:: WHAT IS EXPECTED ::
Filter these entries so that only lines with the word "points" remain.

:: SUPPLIED INFORMATION ::
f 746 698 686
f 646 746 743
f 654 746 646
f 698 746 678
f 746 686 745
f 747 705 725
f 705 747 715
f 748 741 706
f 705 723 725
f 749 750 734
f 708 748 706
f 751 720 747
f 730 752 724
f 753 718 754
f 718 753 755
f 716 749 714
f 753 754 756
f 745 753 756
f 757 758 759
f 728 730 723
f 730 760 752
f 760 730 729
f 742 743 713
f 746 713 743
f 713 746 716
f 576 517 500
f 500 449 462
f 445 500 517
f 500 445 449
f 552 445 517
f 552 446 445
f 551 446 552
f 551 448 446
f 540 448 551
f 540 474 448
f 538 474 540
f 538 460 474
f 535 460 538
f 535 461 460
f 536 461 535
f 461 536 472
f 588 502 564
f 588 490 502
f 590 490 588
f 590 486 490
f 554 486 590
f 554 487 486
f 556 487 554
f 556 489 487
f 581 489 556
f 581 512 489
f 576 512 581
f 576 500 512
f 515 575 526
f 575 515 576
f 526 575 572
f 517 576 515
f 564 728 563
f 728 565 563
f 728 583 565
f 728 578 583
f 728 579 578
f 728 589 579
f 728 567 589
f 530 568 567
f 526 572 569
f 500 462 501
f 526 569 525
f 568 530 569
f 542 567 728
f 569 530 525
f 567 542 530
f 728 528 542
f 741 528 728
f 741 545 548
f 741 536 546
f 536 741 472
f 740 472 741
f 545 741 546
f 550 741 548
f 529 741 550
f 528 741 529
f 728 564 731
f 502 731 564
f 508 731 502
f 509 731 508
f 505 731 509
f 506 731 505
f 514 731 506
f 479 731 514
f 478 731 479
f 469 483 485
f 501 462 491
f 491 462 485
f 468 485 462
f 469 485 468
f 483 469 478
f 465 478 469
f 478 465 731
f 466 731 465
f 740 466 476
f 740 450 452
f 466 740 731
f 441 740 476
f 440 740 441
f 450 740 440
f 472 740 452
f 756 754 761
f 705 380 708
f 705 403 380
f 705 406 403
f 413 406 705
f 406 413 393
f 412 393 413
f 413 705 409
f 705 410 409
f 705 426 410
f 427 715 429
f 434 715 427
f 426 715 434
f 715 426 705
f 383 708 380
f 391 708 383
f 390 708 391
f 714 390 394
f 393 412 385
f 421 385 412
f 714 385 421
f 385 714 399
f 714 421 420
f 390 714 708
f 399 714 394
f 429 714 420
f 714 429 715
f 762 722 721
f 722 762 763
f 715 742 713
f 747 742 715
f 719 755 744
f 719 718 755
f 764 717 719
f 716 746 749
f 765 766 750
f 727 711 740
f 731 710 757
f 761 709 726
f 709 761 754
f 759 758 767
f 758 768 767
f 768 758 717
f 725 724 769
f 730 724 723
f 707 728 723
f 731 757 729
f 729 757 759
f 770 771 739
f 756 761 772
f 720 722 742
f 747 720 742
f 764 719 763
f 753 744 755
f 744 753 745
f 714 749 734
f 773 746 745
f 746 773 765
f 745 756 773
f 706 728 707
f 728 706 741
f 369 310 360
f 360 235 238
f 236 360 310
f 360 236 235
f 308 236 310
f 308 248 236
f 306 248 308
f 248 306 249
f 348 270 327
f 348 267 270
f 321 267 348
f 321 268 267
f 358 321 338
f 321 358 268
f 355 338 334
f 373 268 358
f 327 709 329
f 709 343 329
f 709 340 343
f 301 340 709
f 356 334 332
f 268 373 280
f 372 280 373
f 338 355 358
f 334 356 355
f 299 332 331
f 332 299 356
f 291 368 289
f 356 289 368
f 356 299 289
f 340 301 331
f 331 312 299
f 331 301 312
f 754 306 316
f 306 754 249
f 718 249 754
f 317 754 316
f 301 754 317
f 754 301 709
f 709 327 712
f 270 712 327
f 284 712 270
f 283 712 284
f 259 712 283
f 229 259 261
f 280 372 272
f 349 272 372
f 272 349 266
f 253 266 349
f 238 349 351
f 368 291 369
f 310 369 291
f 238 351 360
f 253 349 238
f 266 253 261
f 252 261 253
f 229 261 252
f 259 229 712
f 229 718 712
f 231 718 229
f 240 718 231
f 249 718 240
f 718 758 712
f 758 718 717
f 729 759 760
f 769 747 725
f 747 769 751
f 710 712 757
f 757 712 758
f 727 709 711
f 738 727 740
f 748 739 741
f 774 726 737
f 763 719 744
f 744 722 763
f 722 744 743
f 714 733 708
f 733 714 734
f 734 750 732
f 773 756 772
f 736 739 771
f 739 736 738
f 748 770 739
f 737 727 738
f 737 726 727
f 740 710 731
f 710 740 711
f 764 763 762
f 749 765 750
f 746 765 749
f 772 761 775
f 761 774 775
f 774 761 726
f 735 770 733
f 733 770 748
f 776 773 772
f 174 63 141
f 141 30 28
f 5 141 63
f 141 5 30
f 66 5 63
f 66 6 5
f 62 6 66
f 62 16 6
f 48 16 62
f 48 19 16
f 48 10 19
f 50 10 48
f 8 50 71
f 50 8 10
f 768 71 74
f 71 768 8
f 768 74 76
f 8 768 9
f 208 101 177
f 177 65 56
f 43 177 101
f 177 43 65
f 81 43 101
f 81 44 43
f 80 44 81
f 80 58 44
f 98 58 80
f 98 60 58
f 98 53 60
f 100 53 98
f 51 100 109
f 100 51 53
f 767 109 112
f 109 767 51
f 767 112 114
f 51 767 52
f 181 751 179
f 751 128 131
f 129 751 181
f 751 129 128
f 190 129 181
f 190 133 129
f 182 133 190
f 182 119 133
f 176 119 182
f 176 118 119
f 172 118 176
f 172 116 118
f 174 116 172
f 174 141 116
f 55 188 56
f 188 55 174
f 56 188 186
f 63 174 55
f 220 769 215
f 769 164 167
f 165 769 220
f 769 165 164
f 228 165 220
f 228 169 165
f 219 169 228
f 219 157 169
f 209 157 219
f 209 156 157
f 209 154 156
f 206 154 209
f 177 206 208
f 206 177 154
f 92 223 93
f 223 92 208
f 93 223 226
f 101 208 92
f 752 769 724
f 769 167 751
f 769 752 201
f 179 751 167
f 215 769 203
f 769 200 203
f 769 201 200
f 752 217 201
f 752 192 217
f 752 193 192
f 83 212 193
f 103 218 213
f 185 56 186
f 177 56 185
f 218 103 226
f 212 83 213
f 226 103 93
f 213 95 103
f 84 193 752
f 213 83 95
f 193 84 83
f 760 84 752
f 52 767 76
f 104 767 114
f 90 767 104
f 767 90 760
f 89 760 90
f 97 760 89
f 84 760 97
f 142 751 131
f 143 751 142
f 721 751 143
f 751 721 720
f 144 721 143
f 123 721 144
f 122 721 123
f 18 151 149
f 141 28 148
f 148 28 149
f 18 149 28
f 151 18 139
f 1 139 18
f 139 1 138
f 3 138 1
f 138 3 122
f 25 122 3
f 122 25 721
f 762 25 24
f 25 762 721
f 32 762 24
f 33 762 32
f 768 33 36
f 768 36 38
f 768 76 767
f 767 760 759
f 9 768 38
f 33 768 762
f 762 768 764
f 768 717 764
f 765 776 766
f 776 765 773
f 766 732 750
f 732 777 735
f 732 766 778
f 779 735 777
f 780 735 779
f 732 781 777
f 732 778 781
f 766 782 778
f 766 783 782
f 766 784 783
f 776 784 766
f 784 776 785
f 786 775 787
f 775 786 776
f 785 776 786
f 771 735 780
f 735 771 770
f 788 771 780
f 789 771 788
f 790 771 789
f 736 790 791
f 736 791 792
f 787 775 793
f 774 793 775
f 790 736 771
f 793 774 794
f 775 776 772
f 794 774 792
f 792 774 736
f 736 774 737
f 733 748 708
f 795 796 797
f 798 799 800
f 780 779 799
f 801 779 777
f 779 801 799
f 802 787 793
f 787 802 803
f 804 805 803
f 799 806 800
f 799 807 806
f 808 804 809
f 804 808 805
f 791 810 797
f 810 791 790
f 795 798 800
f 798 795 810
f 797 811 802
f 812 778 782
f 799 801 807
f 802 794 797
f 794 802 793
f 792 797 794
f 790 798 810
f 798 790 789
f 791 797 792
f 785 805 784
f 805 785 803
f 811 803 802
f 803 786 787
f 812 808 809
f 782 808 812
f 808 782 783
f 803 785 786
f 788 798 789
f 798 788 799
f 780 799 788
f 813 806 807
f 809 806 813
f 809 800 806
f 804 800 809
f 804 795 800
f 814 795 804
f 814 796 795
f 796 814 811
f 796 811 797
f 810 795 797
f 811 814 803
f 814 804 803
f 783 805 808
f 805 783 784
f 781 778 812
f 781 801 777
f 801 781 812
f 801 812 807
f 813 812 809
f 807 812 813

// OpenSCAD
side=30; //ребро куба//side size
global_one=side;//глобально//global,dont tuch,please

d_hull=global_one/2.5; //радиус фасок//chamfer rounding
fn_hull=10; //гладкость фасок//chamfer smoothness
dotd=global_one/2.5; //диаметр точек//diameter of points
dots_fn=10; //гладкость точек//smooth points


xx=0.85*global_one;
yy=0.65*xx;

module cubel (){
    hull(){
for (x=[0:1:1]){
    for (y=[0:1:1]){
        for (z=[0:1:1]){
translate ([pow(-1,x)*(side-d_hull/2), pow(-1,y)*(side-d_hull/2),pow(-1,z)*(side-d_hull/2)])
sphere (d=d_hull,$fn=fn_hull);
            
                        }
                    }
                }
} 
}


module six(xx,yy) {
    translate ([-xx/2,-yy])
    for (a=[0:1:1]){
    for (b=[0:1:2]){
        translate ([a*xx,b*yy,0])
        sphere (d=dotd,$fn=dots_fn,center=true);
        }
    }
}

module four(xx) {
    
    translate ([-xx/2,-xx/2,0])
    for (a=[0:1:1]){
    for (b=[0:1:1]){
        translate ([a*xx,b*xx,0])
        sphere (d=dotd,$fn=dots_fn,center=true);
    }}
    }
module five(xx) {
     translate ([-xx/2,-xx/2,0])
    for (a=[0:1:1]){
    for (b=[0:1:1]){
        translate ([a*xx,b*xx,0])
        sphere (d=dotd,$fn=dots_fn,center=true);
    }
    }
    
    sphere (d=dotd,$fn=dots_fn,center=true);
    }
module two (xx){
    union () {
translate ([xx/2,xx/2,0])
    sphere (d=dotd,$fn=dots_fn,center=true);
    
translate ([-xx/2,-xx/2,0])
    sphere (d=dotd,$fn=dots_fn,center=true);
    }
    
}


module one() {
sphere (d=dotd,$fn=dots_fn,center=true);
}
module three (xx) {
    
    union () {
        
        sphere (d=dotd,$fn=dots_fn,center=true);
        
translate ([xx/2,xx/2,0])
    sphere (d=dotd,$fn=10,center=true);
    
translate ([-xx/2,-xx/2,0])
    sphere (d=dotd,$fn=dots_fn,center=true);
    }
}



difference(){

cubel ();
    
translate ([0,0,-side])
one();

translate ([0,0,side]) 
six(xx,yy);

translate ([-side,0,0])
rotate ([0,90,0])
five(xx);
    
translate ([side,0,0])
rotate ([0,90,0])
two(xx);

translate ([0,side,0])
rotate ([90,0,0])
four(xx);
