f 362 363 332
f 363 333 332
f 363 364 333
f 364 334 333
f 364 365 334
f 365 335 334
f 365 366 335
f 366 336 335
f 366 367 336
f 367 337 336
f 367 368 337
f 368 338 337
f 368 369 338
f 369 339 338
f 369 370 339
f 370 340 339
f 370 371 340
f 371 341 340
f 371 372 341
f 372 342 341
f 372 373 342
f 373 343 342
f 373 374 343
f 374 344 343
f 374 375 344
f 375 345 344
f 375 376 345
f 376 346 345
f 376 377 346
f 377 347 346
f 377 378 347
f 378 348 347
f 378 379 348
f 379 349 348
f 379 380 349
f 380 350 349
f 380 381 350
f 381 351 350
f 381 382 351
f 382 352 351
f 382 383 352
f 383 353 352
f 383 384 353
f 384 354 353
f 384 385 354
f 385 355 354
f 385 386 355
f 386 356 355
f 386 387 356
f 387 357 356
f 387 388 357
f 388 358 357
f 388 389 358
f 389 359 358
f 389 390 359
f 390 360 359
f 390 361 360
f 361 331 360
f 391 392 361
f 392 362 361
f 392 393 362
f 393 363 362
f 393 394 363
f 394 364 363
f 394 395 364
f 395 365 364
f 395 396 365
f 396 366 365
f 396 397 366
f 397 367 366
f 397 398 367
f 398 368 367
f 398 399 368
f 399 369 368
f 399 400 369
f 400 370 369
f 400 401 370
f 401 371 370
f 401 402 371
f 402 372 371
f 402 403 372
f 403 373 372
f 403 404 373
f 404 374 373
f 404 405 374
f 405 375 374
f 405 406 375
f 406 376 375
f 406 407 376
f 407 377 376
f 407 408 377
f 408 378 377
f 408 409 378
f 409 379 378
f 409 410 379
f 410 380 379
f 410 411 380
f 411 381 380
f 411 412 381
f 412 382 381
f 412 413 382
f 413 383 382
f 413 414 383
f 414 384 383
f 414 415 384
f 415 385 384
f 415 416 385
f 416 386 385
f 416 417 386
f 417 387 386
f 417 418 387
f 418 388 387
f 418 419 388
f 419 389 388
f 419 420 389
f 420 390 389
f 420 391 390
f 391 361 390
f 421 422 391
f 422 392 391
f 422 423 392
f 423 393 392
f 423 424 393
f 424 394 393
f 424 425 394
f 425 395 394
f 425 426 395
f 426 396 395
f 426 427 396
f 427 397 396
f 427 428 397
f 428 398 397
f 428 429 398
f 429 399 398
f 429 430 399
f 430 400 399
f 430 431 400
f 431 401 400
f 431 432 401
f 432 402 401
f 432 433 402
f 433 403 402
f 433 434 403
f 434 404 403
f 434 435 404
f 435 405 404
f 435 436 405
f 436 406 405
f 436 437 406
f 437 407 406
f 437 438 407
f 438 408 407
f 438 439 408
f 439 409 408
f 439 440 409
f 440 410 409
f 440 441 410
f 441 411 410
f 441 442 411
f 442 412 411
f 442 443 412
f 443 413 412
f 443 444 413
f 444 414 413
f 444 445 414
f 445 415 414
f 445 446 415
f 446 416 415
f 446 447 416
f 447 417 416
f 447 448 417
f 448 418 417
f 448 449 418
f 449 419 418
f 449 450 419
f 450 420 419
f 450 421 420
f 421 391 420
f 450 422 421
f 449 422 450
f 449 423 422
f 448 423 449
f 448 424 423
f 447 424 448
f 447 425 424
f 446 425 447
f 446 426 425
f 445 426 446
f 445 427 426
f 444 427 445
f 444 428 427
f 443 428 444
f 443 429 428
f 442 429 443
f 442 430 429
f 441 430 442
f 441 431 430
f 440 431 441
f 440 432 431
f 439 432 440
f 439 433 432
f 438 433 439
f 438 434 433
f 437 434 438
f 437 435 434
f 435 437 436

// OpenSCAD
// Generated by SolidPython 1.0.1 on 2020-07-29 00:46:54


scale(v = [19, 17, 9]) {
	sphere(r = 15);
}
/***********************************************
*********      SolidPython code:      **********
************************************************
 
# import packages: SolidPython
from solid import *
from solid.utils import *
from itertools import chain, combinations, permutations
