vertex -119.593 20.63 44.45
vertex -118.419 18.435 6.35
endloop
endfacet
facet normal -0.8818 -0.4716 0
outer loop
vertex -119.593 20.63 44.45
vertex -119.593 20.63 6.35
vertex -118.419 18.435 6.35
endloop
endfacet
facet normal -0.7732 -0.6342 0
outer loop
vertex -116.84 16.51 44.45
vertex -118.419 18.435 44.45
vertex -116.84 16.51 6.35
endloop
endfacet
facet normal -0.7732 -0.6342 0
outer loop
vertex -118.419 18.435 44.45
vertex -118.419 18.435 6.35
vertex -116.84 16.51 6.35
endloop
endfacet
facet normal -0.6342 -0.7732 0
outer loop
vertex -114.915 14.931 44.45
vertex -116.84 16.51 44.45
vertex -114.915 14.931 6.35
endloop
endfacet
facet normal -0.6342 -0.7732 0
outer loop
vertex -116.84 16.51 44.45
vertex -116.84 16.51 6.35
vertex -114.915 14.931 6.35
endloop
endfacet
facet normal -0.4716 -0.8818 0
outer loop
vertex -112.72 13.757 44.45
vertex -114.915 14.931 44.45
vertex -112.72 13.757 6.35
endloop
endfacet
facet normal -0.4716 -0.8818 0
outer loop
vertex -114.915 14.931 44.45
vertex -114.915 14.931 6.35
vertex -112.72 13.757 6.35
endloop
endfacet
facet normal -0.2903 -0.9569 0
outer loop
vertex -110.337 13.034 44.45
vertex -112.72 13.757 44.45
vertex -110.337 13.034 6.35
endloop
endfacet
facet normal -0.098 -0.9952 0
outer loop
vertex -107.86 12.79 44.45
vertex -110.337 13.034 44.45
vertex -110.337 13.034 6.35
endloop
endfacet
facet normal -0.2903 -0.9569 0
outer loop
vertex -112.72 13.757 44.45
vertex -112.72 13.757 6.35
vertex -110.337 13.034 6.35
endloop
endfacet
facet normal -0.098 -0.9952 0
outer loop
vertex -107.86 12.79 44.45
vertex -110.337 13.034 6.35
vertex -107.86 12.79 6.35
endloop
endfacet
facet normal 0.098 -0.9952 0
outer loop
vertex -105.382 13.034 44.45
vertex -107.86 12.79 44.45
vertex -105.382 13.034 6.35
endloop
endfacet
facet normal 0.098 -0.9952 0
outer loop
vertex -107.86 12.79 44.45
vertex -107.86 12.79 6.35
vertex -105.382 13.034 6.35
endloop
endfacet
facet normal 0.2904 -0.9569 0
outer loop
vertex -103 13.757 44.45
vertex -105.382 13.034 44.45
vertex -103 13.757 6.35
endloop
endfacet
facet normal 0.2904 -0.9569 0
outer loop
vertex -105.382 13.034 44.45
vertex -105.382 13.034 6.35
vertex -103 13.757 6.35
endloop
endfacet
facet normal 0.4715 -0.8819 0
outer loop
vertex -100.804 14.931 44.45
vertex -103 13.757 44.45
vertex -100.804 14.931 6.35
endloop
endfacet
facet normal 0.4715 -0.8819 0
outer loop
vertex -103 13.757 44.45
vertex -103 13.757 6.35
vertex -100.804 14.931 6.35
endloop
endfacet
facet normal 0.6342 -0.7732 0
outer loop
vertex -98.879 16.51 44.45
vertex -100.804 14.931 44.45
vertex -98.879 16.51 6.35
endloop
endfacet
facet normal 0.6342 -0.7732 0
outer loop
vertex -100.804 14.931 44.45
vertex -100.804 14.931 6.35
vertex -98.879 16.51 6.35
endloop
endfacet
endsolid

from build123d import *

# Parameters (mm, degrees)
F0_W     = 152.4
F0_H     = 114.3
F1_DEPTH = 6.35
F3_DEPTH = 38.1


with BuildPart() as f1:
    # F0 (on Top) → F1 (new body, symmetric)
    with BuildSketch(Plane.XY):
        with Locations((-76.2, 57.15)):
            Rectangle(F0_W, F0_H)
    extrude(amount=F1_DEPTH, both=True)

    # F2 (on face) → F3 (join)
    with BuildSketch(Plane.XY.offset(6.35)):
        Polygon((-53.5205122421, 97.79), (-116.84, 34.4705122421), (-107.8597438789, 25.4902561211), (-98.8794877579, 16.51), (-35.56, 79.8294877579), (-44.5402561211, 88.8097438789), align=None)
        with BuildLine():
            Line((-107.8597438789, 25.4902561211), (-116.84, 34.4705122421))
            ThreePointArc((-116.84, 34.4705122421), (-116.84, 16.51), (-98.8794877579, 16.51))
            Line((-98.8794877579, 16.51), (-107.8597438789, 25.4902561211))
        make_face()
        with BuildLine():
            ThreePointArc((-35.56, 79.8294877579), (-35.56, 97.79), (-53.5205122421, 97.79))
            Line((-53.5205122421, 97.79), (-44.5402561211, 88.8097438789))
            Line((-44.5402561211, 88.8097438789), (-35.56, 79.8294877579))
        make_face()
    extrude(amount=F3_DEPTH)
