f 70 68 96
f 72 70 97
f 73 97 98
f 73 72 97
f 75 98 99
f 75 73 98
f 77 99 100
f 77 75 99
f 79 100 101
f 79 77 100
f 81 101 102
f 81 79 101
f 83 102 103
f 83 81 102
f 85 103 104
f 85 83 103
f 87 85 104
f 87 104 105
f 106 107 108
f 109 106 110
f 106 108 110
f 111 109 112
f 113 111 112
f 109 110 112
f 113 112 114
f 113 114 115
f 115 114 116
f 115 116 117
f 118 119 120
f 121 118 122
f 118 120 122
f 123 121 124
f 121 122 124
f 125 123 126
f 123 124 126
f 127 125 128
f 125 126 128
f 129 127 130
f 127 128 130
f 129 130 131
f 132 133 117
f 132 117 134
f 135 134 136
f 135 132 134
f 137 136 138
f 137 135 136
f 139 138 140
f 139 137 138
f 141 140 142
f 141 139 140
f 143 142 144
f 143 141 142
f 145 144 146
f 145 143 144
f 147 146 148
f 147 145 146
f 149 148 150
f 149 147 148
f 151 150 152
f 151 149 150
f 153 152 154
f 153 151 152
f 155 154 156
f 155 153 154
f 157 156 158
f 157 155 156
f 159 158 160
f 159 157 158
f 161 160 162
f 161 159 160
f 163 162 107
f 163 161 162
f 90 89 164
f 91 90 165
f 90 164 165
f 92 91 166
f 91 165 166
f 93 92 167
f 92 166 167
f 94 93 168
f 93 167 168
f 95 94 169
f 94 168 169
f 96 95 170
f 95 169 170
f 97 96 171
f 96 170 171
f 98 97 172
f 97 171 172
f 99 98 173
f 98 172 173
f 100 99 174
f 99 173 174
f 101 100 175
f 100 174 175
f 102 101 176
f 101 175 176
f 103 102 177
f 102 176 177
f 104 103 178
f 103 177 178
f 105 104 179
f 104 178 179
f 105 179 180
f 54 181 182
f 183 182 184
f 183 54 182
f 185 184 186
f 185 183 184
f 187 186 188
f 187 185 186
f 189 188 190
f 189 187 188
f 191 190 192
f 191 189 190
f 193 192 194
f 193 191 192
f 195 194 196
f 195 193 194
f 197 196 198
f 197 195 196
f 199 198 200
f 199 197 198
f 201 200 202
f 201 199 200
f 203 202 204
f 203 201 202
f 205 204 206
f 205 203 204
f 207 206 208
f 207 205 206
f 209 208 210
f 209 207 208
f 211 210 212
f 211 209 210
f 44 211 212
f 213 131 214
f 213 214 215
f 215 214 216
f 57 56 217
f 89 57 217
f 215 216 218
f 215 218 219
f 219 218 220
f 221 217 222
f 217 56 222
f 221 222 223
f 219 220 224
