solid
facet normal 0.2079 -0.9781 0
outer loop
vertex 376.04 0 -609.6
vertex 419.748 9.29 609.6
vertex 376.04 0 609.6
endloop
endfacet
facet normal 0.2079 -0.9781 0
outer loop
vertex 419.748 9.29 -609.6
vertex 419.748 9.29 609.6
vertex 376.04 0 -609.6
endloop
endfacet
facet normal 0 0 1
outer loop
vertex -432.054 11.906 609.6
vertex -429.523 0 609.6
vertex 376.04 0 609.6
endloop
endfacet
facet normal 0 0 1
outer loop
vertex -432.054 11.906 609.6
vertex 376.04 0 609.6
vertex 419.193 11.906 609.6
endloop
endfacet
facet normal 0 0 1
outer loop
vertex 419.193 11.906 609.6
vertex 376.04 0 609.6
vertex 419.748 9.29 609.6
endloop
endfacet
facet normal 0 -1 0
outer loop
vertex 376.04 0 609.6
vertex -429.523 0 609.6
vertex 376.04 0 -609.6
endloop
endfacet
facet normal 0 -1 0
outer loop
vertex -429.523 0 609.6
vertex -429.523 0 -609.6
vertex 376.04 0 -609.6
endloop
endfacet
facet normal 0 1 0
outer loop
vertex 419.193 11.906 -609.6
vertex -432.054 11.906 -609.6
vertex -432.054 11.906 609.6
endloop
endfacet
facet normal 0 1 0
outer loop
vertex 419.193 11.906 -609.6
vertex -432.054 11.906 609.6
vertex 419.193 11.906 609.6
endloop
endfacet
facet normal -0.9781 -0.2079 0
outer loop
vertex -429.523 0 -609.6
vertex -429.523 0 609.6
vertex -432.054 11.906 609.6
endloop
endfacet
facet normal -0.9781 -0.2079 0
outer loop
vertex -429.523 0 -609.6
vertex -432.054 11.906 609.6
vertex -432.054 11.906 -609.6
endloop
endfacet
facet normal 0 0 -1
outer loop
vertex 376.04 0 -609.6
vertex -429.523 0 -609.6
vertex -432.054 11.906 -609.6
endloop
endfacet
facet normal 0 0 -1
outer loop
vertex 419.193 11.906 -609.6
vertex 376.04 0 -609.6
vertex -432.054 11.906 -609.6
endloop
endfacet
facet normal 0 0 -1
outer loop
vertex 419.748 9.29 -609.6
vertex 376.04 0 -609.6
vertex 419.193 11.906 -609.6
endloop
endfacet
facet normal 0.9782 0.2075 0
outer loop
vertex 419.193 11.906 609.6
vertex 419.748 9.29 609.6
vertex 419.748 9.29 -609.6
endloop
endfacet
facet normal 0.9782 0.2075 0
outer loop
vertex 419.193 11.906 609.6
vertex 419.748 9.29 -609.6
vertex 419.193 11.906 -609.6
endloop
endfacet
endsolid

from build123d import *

# Parameters (mm, degrees)
SKETCH2_W              = 864.108
SKETCH2_H              = 1219.2
BOSS_EXTRUDE1_DEPTH    = 11.90625
CHAMFER6_SIZE2         = 2.530751562
CHAMFER6_SIZE          = 11.90625
CHAMFER7_SIZE2         = 11.90625
CHAMFER7_SIZE          = 56.014502241
CUT_EXTRUDE1_START     = 412.535124419
CUT_EXTRUDE1_OUTLINE_W = 6
CUT_EXTRUDE1_OUTLINE_H = 1222
CUT_EXTRUDE1_DEPTH     = 12.581416982


# Read off the part's stored shape, not the designer's step: Cut-Extrude1
with BuildPart() as part:
    # Sketch2 → Boss-Extrude1 (new body)
    with BuildSketch(Plane(origin=(0, 0, 0), x_dir=(1, 0, 0), z_dir=(0, 1, 0))):
        Rectangle(SKETCH2_W, SKETCH2_H)
    extrude(amount=BOSS_EXTRUDE1_DEPTH)

    # Chamfer6
    chamfer6_edges = [part.edges().sort_by_distance(p)[0] for p in [
        (-432.054, 0, 0),
    ]]
    chamfer6_side = [part.faces().sort_by_distance(p)[0] for p in [
        (-432.054, 0.050615031, 0),
    ]]
    chamfer(chamfer6_edges, length=CHAMFER6_SIZE - 0.0001, length2=CHAMFER6_SIZE2 - 0.0001, reference=chamfer6_side[0])  # a hair under: the kernel refuses the full size

    # Chamfer7
    chamfer7_edges = [part.edges().sort_by_distance(p)[0] for p in [
        (432.054, 0, 0),
    ]]
    chamfer7_side = [part.faces().sort_by_distance(p)[0] for p in [
        (431.815875, 0, 0),
    ]]
    chamfer(chamfer7_edges, length=CHAMFER7_SIZE - 0.0001, length2=CHAMFER7_SIZE2 - 0.0001, reference=chamfer7_side[0])  # a hair under: the kernel refuses the full size

    # Cut-Extrude1 outline → Cut-Extrude1 (cut)
    with BuildSketch(Plane(origin=(0, 0, 0), x_dir=(-0.20755464226928605, 0.978223425640824, 0), z_dir=(0.9782234256408241, 0.20755464226928602, 0)).offset(CUT_EXTRUDE1_START)):
        with Locations((-77, 0)):
            Rectangle(CUT_EXTRUDE1_OUTLINE_W, CUT_EXTRUDE1_OUTLINE_H)
    extrude(amount=CUT_EXTRUDE1_DEPTH, mode=Mode.SUBTRACT)


solid = part.part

:: RESULT ::
dotd=global_one/2.5; //диаметр точек//diameter of points
dots_fn=10; //гладкость точек//smooth points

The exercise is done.